**Exercise data**
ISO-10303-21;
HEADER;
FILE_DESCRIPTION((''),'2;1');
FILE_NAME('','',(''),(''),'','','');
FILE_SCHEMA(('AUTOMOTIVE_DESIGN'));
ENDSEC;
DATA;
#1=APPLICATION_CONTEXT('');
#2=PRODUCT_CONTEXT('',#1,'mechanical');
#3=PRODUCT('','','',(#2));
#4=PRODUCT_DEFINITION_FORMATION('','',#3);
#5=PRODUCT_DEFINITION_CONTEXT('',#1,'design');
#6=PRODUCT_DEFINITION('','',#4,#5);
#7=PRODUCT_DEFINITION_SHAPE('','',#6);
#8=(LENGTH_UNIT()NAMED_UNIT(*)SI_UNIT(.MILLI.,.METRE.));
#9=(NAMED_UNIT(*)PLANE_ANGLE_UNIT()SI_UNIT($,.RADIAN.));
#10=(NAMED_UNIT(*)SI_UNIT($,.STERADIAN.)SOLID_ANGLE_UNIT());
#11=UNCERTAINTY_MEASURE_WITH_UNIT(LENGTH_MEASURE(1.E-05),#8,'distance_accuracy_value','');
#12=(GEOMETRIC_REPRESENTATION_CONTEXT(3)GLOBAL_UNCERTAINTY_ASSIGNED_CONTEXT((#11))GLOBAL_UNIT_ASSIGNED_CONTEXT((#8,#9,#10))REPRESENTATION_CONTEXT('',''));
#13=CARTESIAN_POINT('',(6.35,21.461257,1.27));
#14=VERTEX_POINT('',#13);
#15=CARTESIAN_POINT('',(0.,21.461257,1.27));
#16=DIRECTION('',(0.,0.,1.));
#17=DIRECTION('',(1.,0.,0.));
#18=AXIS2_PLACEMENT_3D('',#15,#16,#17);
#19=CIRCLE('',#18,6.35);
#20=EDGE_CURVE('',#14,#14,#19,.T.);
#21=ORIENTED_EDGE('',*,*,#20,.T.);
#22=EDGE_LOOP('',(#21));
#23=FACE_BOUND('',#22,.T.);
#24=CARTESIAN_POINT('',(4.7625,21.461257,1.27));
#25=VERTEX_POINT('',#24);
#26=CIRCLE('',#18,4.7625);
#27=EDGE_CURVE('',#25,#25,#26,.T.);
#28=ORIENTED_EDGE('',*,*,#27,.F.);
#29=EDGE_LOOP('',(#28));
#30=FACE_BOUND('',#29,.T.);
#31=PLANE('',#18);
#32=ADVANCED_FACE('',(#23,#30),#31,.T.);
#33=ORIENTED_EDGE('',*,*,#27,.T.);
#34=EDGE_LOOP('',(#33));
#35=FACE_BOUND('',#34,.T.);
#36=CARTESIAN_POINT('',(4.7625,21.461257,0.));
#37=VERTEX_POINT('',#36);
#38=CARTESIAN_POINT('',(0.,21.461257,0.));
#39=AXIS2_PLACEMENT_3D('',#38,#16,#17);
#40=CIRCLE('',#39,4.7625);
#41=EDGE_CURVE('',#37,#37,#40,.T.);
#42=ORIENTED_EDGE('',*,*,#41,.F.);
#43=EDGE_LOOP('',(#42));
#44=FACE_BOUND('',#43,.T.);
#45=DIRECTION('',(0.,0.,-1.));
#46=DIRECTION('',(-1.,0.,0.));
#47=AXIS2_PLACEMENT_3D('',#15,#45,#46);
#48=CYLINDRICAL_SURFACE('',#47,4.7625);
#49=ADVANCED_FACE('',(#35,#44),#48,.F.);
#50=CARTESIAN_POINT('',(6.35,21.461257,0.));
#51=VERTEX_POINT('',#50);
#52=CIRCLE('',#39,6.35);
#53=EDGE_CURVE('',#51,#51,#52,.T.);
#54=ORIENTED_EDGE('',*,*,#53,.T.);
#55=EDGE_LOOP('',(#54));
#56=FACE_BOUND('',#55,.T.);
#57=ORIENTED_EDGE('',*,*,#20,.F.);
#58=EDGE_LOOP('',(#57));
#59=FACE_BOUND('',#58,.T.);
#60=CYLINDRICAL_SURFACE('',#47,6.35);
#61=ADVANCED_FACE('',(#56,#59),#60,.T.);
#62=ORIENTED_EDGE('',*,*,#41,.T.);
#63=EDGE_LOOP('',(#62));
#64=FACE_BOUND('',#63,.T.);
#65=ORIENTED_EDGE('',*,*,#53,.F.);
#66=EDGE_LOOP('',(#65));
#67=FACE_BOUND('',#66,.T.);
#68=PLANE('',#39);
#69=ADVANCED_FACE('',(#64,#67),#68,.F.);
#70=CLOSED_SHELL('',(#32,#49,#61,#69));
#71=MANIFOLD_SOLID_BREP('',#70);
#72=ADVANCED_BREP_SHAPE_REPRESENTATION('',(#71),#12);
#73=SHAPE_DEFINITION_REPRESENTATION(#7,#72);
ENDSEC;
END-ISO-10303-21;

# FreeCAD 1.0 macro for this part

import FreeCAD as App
import Part
import Sketcher
from FreeCAD import Vector
Q = App.Units.Quantity

doc = App.newDocument("Part")
body = doc.addObject("PartDesign::Body", "Body")

# Sketch on XY plane
sketch1 = doc.addObject("Sketcher::SketchObject", "Sketch")
body.addObject(sketch1)
sketch1.AttachmentSupport = (doc.XY_Plane, [""])
sketch1.MapMode = "FlatFace"
sketch1.addGeometry([
    Part.Circle(Vector(0, 21.5, 0), Vector(0, 0, 1), 6.3),
    Part.Circle(Vector(0, 21.5, 0), Vector(0, 0, 1), 4.8),
], False)
sketch1.addConstraint([
    Sketcher.Constraint("Coincident", 1, 3, 0, 3),
    Sketcher.Constraint("PointOnObject", 0, 3, -2),
    Sketcher.Constraint("Diameter", 0, Q("0.5 in")),
    Sketcher.Constraint("Diameter", 1, Q("0.375 in")),
    Sketcher.Constraint("DistanceY", -1, 1, 0, 3, Q("21.461257 mm")),
])
pad1 = doc.addObject("PartDesign::Pad", "Pad")
body.addObject(pad1)
pad1.Profile = sketch1
pad1.Length = Q("0.05 in")

doc.recompute()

**Work required**
Nothing should be left out: copy the material exactly.

**Task result**
ISO-10303-21;
HEADER;
FILE_DESCRIPTION((''),'2;1');
FILE_NAME('','',(''),(''),'','','');
FILE_SCHEMA(('AUTOMOTIVE_DESIGN'));
ENDSEC;
DATA;
#1=APPLICATION_CONTEXT('');
#2=PRODUCT_CONTEXT('',#1,'mechanical');
#3=PRODUCT('','','',(#2));
#4=PRODUCT_DEFINITION_FORMATION('','',#3);
#5=PRODUCT_DEFINITION_CONTEXT('',#1,'design');
#6=PRODUCT_DEFINITION('','',#4,#5);
#7=PRODUCT_DEFINITION_SHAPE('','',#6);
#8=(LENGTH_UNIT()NAMED_UNIT(*)SI_UNIT(.MILLI.,.METRE.));
#9=(NAMED_UNIT(*)PLANE_ANGLE_UNIT()SI_UNIT($,.RADIAN.));
#10=(NAMED_UNIT(*)SI_UNIT($,.STERADIAN.)SOLID_ANGLE_UNIT());
#11=UNCERTAINTY_MEASURE_WITH_UNIT(LENGTH_MEASURE(1.E-05),#8,'distance_accuracy_value','');
#12=(GEOMETRIC_REPRESENTATION_CONTEXT(3)GLOBAL_UNCERTAINTY_ASSIGNED_CONTEXT((#11))GLOBAL_UNIT_ASSIGNED_CONTEXT((#8,#9,#10))REPRESENTATION_CONTEXT('',''));
#13=CARTESIAN_POINT('',(6.35,21.461257,1.27));
#14=VERTEX_POINT('',#13);
#15=CARTESIAN_POINT('',(0.,21.461257,1.27));
#16=DIRECTION('',(0.,0.,1.));
#17=DIRECTION('',(1.,0.,0.));
#18=AXIS2_PLACEMENT_3D('',#15,#16,#17);
#19=CIRCLE('',#18,6.35);
#20=EDGE_CURVE('',#14,#14,#19,.T.);
#21=ORIENTED_EDGE('',*,*,#20,.T.);
#22=EDGE_LOOP('',(#21));
#23=FACE_BOUND('',#22,.T.);
#24=CARTESIAN_POINT('',(4.7625,21.461257,1.27));
#25=VERTEX_POINT('',#24);
#26=CIRCLE('',#18,4.7625);
#27=EDGE_CURVE('',#25,#25,#26,.T.);
#28=ORIENTED_EDGE('',*,*,#27,.F.);
#29=EDGE_LOOP('',(#28));
#30=FACE_BOUND('',#29,.T.);
#31=PLANE('',#18);
#32=ADVANCED_FACE('',(#23,#30),#31,.T.);
#33=ORIENTED_EDGE('',*,*,#27,.T.);
#34=EDGE_LOOP('',(#33));
#35=FACE_BOUND('',#34,.T.);
#36=CARTESIAN_POINT('',(4.7625,21.461257,0.));
#37=VERTEX_POINT('',#36);
#38=CARTESIAN_POINT('',(0.,21.461257,0.));
#39=AXIS2_PLACEMENT_3D('',#38,#16,#17);
#40=CIRCLE('',#39,4.7625);
#41=EDGE_CURVE('',#37,#37,#40,.T.);
#42=ORIENTED_EDGE('',*,*,#41,.F.);
#43=EDGE_LOOP('',(#42));
#44=FACE_BOUND('',#43,.T.);
#45=DIRECTION('',(0.,0.,-1.));
#46=DIRECTION('',(-1.,0.,0.));
#47=AXIS2_PLACEMENT_3D('',#15,#45,#46);
#48=CYLINDRICAL_SURFACE('',#47,4.7625);
#49=ADVANCED_FACE('',(#35,#44),#48,.F.);
#50=CARTESIAN_POINT('',(6.35,21.461257,0.));
#51=VERTEX_POINT('',#50);
#52=CIRCLE('',#39,6.35);
#53=EDGE_CURVE('',#51,#51,#52,.T.);
#54=ORIENTED_EDGE('',*,*,#53,.T.);
#55=EDGE_LOOP('',(#54));
#56=FACE_BOUND('',#55,.T.);
#57=ORIENTED_EDGE('',*,*,#20,.F.);
#58=EDGE_LOOP('',(#57));
#59=FACE_BOUND('',#58,.T.);
#60=CYLINDRICAL_SURFACE('',#47,6.35);
#61=ADVANCED_FACE('',(#56,#59),#60,.T.);
#62=ORIENTED_EDGE('',*,*,#41,.T.);
#63=EDGE_LOOP('',(#62));
#64=FACE_BOUND('',#63,.T.);
#65=ORIENTED_EDGE('',*,*,#53,.F.);
#66=EDGE_LOOP('',(#65));
#67=FACE_BOUND('',#66,.T.);
#68=PLANE('',#39);
#69=ADVANCED_FACE('',(#64,#67),#68,.F.);
#70=CLOSED_SHELL('',(#32,#49,#61,#69));
#71=MANIFOLD_SOLID_BREP('',#70);
#72=ADVANCED_BREP_SHAPE_REPRESENTATION('',(#71),#12);
#73=SHAPE_DEFINITION_REPRESENTATION(#7,#72);
ENDSEC;
END-ISO-10303-21;

# FreeCAD 1.0 macro for this part

import FreeCAD as App
import Part
import Sketcher
from FreeCAD import Vector
Q = App.Units.Quantity

doc = App.newDocument("Part")
body = doc.addObject("PartDesign::Body", "Body")

# Sketch on XY plane
sketch1 = doc.addObject("Sketcher::SketchObject", "Sketch")
body.addObject(sketch1)
sketch1.AttachmentSupport = (doc.XY_Plane, [""])
sketch1.MapMode = "FlatFace"
sketch1.addGeometry([
    Part.Circle(Vector(0, 21.5, 0), Vector(0, 0, 1), 6.3),
    Part.Circle(Vector(0, 21.5, 0), Vector(0, 0, 1), 4.8),
], False)
sketch1.addConstraint([
    Sketcher.Constraint("Coincident", 1, 3, 0, 3),
    Sketcher.Constraint("PointOnObject", 0, 3, -2),
    Sketcher.Constraint("Diameter", 0, Q("0.5 in")),
    Sketcher.Constraint("Diameter", 1, Q("0.375 in")),
    Sketcher.Constraint("DistanceY", -1, 1, 0, 3, Q("21.461257 mm")),
])
pad1 = doc.addObject("PartDesign::Pad", "Pad")
body.addObject(pad1)
pad1.Profile = sketch1
pad1.Length = Q("0.05 in")

doc.recompute()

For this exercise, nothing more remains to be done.